[Saved data entries]
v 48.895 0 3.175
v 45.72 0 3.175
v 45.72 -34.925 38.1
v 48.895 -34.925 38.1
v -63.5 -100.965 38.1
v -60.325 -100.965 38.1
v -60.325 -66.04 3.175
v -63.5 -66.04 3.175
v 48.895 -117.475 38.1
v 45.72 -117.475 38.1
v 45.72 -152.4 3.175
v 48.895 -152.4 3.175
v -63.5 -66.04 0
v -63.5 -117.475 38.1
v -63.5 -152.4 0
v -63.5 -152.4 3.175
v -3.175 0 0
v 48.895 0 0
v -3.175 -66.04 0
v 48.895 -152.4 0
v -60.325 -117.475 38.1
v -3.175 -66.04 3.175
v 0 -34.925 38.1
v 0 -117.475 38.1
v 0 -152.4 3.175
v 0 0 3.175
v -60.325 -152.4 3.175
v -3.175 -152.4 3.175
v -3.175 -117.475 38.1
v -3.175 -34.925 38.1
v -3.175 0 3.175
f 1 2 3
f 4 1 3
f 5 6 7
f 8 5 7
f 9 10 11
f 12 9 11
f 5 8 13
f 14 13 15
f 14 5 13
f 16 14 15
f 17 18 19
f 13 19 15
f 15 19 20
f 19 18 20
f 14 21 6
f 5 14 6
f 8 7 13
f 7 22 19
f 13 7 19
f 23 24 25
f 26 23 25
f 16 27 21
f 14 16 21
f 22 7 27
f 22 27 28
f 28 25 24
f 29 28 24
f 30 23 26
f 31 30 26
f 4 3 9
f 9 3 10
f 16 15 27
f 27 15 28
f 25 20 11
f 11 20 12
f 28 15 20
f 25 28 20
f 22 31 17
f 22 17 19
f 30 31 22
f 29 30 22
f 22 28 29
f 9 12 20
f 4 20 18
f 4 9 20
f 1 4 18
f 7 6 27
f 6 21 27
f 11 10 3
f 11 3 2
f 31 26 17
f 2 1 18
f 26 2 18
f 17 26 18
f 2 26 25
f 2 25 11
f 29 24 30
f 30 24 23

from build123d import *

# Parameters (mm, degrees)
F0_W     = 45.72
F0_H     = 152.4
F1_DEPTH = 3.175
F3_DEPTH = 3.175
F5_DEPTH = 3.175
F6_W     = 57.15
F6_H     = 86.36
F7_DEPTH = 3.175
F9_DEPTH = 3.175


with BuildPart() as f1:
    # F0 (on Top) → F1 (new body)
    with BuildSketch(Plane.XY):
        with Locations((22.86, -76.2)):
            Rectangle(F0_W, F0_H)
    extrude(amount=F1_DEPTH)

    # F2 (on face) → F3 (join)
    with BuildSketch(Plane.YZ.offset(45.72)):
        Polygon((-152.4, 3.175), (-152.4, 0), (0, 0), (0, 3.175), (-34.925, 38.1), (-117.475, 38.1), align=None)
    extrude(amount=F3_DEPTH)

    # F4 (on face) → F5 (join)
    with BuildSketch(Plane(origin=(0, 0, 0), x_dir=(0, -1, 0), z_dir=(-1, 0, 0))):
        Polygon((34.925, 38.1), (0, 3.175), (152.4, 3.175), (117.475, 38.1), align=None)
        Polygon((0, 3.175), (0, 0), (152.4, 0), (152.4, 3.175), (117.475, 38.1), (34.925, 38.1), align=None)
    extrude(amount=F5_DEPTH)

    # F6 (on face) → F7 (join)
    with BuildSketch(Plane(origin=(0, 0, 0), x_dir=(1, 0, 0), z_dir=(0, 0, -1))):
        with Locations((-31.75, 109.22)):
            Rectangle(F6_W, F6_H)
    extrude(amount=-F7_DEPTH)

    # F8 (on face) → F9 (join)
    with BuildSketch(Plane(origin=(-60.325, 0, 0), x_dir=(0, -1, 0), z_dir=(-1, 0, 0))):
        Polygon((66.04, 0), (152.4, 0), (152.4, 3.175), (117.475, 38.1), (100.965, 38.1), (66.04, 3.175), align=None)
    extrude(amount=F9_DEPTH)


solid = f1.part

* * *

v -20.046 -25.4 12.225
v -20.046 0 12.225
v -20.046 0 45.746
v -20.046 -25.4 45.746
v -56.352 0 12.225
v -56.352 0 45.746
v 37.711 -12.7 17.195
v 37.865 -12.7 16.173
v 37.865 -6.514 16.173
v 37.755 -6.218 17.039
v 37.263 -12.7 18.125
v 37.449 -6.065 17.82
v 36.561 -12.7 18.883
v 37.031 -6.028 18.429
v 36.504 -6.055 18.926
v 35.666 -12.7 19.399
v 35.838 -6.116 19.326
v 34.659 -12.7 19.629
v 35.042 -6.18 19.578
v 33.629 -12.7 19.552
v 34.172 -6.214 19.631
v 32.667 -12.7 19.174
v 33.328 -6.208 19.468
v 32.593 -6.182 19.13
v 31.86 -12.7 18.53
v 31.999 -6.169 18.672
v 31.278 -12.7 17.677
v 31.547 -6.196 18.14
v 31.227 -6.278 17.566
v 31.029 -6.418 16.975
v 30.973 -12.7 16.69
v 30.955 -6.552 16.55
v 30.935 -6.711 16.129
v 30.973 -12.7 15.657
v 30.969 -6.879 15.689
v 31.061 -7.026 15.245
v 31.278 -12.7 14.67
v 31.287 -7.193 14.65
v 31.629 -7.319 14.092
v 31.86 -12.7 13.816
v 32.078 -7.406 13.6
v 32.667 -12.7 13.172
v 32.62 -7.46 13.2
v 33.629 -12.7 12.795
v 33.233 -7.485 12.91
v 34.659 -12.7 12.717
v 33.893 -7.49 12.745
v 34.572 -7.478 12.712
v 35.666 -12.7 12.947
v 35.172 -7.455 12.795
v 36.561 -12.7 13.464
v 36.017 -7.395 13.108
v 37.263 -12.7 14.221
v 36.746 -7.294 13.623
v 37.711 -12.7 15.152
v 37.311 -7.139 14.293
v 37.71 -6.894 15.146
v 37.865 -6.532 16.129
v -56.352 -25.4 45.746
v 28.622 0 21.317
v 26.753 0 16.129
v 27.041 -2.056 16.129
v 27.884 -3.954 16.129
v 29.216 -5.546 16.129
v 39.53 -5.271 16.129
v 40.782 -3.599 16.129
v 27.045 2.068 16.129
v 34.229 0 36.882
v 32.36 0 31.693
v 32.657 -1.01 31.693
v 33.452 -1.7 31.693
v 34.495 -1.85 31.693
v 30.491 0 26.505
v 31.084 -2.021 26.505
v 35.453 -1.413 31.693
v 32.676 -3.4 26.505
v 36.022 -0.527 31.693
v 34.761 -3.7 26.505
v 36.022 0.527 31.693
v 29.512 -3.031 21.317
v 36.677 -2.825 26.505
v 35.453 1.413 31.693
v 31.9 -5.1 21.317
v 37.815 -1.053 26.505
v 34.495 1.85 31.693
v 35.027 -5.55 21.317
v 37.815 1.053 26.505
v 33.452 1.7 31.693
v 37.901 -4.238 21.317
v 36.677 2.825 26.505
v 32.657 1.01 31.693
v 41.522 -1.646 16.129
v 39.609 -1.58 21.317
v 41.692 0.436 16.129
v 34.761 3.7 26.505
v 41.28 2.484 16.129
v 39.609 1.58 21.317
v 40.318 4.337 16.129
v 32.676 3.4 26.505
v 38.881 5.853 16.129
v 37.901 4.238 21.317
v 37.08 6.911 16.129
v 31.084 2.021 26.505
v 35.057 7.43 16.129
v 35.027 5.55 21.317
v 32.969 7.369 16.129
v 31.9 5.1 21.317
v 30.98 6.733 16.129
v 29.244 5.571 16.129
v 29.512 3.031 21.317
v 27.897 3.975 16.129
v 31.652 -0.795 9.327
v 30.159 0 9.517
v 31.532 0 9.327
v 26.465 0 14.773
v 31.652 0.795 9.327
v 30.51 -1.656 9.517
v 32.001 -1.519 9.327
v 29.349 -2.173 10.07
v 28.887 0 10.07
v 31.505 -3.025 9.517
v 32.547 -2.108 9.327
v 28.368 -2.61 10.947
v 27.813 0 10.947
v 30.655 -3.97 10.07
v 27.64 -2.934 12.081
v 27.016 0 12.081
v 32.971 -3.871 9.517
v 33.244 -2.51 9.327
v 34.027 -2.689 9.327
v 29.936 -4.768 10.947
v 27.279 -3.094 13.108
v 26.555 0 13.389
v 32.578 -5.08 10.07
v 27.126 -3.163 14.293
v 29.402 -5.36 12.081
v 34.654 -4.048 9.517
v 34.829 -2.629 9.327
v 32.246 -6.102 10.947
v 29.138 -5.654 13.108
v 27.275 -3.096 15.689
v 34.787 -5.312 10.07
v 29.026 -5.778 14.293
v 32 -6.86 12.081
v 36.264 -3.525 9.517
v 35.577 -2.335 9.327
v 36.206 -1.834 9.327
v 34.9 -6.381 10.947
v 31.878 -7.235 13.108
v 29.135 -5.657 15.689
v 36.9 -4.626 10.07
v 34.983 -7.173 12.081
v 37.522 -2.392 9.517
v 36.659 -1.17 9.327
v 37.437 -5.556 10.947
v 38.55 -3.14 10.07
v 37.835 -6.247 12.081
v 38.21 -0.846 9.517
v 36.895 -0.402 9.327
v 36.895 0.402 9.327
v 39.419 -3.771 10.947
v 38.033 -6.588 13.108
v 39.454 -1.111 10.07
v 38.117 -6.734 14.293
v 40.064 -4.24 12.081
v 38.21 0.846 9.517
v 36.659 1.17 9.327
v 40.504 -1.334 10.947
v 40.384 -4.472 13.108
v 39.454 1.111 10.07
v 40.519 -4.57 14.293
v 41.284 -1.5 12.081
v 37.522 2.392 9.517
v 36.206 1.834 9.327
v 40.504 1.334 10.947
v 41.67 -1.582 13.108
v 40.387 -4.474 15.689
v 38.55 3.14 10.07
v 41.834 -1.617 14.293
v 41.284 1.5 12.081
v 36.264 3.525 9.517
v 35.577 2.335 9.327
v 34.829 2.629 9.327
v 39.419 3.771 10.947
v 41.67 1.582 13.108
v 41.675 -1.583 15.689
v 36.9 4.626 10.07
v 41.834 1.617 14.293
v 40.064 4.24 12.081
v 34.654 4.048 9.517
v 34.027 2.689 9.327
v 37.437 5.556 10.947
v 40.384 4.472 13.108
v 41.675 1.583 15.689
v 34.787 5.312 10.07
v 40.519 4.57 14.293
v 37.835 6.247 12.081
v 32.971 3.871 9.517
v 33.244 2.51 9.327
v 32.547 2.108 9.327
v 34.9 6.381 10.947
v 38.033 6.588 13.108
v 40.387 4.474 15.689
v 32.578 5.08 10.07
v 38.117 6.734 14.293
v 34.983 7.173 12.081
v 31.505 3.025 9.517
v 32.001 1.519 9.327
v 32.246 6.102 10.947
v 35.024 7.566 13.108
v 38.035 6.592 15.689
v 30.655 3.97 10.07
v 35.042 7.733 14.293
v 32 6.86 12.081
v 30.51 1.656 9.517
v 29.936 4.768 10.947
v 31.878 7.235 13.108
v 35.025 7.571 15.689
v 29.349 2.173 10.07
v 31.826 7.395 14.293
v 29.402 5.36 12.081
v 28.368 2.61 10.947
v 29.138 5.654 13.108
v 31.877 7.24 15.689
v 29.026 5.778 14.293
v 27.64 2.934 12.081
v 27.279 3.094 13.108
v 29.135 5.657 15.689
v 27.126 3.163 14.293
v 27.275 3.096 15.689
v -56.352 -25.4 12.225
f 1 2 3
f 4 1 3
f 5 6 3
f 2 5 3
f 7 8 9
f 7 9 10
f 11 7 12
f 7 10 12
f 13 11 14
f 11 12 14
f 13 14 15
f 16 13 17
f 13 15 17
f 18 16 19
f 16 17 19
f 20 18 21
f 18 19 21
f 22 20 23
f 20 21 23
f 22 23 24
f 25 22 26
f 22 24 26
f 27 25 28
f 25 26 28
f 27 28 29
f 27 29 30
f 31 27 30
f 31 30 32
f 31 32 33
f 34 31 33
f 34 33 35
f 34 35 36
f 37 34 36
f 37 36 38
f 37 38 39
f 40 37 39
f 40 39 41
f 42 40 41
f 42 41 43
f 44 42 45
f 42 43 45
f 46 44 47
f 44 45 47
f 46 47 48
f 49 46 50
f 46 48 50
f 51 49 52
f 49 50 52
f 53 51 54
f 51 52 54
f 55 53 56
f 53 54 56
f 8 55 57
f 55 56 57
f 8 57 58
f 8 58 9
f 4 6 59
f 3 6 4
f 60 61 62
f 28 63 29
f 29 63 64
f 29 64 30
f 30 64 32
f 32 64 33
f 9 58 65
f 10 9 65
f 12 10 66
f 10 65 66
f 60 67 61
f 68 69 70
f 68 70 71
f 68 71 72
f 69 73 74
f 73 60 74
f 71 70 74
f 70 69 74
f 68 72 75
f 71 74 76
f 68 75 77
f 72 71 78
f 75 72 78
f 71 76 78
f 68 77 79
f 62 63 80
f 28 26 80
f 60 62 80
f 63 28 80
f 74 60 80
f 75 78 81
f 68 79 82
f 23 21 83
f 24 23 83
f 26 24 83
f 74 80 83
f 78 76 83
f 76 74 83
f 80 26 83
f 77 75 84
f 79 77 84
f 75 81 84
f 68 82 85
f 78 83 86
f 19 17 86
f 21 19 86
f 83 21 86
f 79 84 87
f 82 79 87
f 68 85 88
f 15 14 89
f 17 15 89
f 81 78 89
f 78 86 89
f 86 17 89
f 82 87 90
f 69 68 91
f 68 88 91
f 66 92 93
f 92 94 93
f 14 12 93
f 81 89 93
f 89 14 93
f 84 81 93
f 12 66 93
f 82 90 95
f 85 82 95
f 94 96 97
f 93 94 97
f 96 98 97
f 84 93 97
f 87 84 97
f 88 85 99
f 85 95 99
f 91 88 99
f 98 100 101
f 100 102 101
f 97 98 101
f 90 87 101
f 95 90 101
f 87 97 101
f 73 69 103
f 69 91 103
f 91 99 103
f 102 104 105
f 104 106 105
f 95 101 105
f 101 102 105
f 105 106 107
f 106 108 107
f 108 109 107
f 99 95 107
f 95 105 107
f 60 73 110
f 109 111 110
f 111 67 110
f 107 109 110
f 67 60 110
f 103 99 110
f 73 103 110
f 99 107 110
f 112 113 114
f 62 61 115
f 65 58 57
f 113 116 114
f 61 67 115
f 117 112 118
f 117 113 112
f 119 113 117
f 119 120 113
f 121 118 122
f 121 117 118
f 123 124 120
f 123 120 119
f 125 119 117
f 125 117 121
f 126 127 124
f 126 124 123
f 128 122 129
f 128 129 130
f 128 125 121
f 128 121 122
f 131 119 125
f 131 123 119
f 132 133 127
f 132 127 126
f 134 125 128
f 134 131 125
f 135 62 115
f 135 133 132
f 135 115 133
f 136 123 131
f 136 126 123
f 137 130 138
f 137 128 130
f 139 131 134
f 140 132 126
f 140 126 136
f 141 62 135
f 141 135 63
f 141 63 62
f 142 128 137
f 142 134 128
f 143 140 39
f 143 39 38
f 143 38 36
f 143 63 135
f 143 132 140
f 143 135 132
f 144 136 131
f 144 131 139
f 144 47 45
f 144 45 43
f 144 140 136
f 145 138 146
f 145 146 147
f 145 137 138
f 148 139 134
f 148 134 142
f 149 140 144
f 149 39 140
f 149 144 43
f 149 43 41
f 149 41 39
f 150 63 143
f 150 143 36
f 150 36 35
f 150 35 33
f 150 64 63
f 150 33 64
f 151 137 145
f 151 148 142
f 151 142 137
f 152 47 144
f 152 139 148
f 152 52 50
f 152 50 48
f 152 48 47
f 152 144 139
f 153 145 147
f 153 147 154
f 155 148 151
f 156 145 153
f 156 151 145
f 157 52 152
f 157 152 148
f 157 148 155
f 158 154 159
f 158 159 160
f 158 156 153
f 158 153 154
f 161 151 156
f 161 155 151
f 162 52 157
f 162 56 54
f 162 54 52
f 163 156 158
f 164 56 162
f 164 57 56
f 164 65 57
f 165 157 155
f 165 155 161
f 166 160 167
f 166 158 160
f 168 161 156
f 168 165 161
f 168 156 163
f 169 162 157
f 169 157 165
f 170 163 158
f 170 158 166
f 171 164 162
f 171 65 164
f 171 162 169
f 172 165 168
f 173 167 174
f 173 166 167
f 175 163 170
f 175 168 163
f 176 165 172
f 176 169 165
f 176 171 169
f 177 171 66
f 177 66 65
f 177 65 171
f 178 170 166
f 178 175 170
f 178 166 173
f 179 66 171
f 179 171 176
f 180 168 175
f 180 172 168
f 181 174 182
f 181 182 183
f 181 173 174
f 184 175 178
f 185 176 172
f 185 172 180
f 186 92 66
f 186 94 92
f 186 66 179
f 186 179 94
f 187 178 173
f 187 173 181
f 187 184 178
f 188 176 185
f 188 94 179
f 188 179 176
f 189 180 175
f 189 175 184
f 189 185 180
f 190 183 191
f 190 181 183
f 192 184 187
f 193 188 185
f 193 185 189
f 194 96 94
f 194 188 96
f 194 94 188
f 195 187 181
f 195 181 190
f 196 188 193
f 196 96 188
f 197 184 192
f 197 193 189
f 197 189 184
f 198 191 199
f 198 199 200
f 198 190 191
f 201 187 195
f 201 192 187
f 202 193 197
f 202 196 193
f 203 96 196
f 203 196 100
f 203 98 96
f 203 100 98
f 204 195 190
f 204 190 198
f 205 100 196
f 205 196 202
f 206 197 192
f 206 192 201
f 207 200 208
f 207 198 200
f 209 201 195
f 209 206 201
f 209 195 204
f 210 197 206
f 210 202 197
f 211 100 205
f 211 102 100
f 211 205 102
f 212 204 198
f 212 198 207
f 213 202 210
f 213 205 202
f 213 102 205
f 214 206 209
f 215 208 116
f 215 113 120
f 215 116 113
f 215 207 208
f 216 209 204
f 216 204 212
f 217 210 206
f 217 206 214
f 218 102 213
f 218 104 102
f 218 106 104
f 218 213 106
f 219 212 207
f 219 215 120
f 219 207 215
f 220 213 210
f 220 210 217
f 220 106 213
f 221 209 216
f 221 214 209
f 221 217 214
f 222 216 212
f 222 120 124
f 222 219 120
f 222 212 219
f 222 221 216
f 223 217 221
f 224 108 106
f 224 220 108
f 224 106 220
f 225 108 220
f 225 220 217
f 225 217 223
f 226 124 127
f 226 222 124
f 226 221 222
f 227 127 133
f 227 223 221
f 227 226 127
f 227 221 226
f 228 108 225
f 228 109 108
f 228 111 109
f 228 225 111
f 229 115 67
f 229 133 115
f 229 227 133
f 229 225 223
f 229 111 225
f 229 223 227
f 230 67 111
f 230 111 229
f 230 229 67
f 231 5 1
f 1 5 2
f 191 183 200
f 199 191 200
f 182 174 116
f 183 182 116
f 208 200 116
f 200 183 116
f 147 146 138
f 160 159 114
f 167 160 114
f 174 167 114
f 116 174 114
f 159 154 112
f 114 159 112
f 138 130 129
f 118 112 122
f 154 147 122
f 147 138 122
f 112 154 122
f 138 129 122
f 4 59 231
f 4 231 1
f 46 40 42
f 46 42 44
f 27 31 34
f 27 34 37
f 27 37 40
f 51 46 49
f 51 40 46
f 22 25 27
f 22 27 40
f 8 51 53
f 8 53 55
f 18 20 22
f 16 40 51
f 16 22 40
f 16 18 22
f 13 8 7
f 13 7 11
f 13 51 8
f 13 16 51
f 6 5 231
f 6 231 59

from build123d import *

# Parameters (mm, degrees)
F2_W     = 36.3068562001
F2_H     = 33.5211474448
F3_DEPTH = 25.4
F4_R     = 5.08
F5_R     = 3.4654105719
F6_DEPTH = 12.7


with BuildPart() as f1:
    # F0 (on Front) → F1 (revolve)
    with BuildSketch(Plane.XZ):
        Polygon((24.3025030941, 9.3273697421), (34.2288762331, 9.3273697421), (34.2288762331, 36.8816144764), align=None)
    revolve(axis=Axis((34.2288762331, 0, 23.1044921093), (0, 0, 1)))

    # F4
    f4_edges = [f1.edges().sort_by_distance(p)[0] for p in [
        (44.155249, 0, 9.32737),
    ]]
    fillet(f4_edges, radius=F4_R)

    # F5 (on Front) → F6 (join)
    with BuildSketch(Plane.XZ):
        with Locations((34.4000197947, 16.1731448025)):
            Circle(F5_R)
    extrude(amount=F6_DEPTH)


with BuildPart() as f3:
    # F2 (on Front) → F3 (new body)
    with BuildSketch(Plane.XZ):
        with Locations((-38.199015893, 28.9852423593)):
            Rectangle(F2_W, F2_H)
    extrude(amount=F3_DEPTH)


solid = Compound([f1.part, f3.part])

Exercise details. Write out only the lines that run from the line containing "f 168 165 161" through the line containing "f 167 160 114", both included, exactly as they appear above.

Reply.
f 168 165 161
f 168 156 163
f 169 162 157
f 169 157 165
f 170 163 158
f 170 158 166
f 171 164 162
f 171 65 164
f 171 162 169
f 172 165 168
f 173 167 174
f 173 166 167
f 175 163 170
f 175 168 163
f 176 165 172
f 176 169 165
f 176 171 169
f 177 171 66
f 177 66 65
f 177 65 171
f 178 170 166
f 178 175 170
f 178 166 173
f 179 66 171
f 179 171 176
f 180 168 175
f 180 172 168
f 181 174 182
f 181 182 183
f 181 173 174
f 184 175 178
f 185 176 172
f 185 172 180
f 186 92 66
f 186 94 92
f 186 66 179
f 186 179 94
f 187 178 173
f 187 173 181
f 187 184 178
f 188 176 185
f 188 94 179
f 188 179 176
f 189 180 175
f 189 175 184
f 189 185 180
f 190 183 191
f 190 181 183
f 192 184 187
f 193 188 185
f 193 185 189
f 194 96 94
f 194 188 96
f 194 94 188
f 195 187 181
f 195 181 190
f 196 188 193
f 196 96 188
f 197 184 192
f 197 193 189
f 197 189 184
f 198 191 199
f 198 199 200
f 198 190 191
f 201 187 195
f 201 192 187
f 202 193 197
f 202 196 193
f 203 96 196
f 203 196 100
f 203 98 96
f 203 100 98
f 204 195 190
f 204 190 198
f 205 100 196
f 205 196 202
f 206 197 192
f 206 192 201
f 207 200 208
f 207 198 200
f 209 201 195
f 209 206 201
f 209 195 204
f 210 197 206
f 210 202 197
f 211 100 205
f 211 102 100
f 211 205 102
f 212 204 198
f 212 198 207
f 213 202 210
f 213 205 202
f 213 102 205
f 214 206 209
f 215 208 116
f 215 113 120
f 215 116 113
f 215 207 208
f 216 209 204
f 216 204 212
f 217 210 206
f 217 206 214
f 218 102 213
f 218 104 102
f 218 106 104
f 218 213 106
f 219 212 207
f 219 215 120
f 219 207 215
f 220 213 210
f 220 210 217
f 220 106 213
f 221 209 216
f 221 214 209
f 221 217 214
f 222 216 212
f 222 120 124
f 222 219 120
f 222 212 219
f 222 221 216
f 223 217 221
f 224 108 106
f 224 220 108
f 224 106 220
f 225 108 220
f 225 220 217
f 225 217 223
f 226 124 127
f 226 222 124
f 226 221 222
f 227 127 133
f 227 223 221
f 227 226 127
f 227 221 226
f 228 108 225
f 228 109 108
f 228 111 109
f 228 225 111
f 229 115 67
f 229 133 115
f 229 227 133
f 229 225 223
f 229 111 225
f 229 223 227
f 230 67 111
f 230 111 229
f 230 229 67
f 231 5 1
f 1 5 2
f 191 183 200
f 199 191 200
f 182 174 116
f 183 182 116
f 208 200 116
f 200 183 116
f 147 146 138
f 160 159 114
f 167 160 114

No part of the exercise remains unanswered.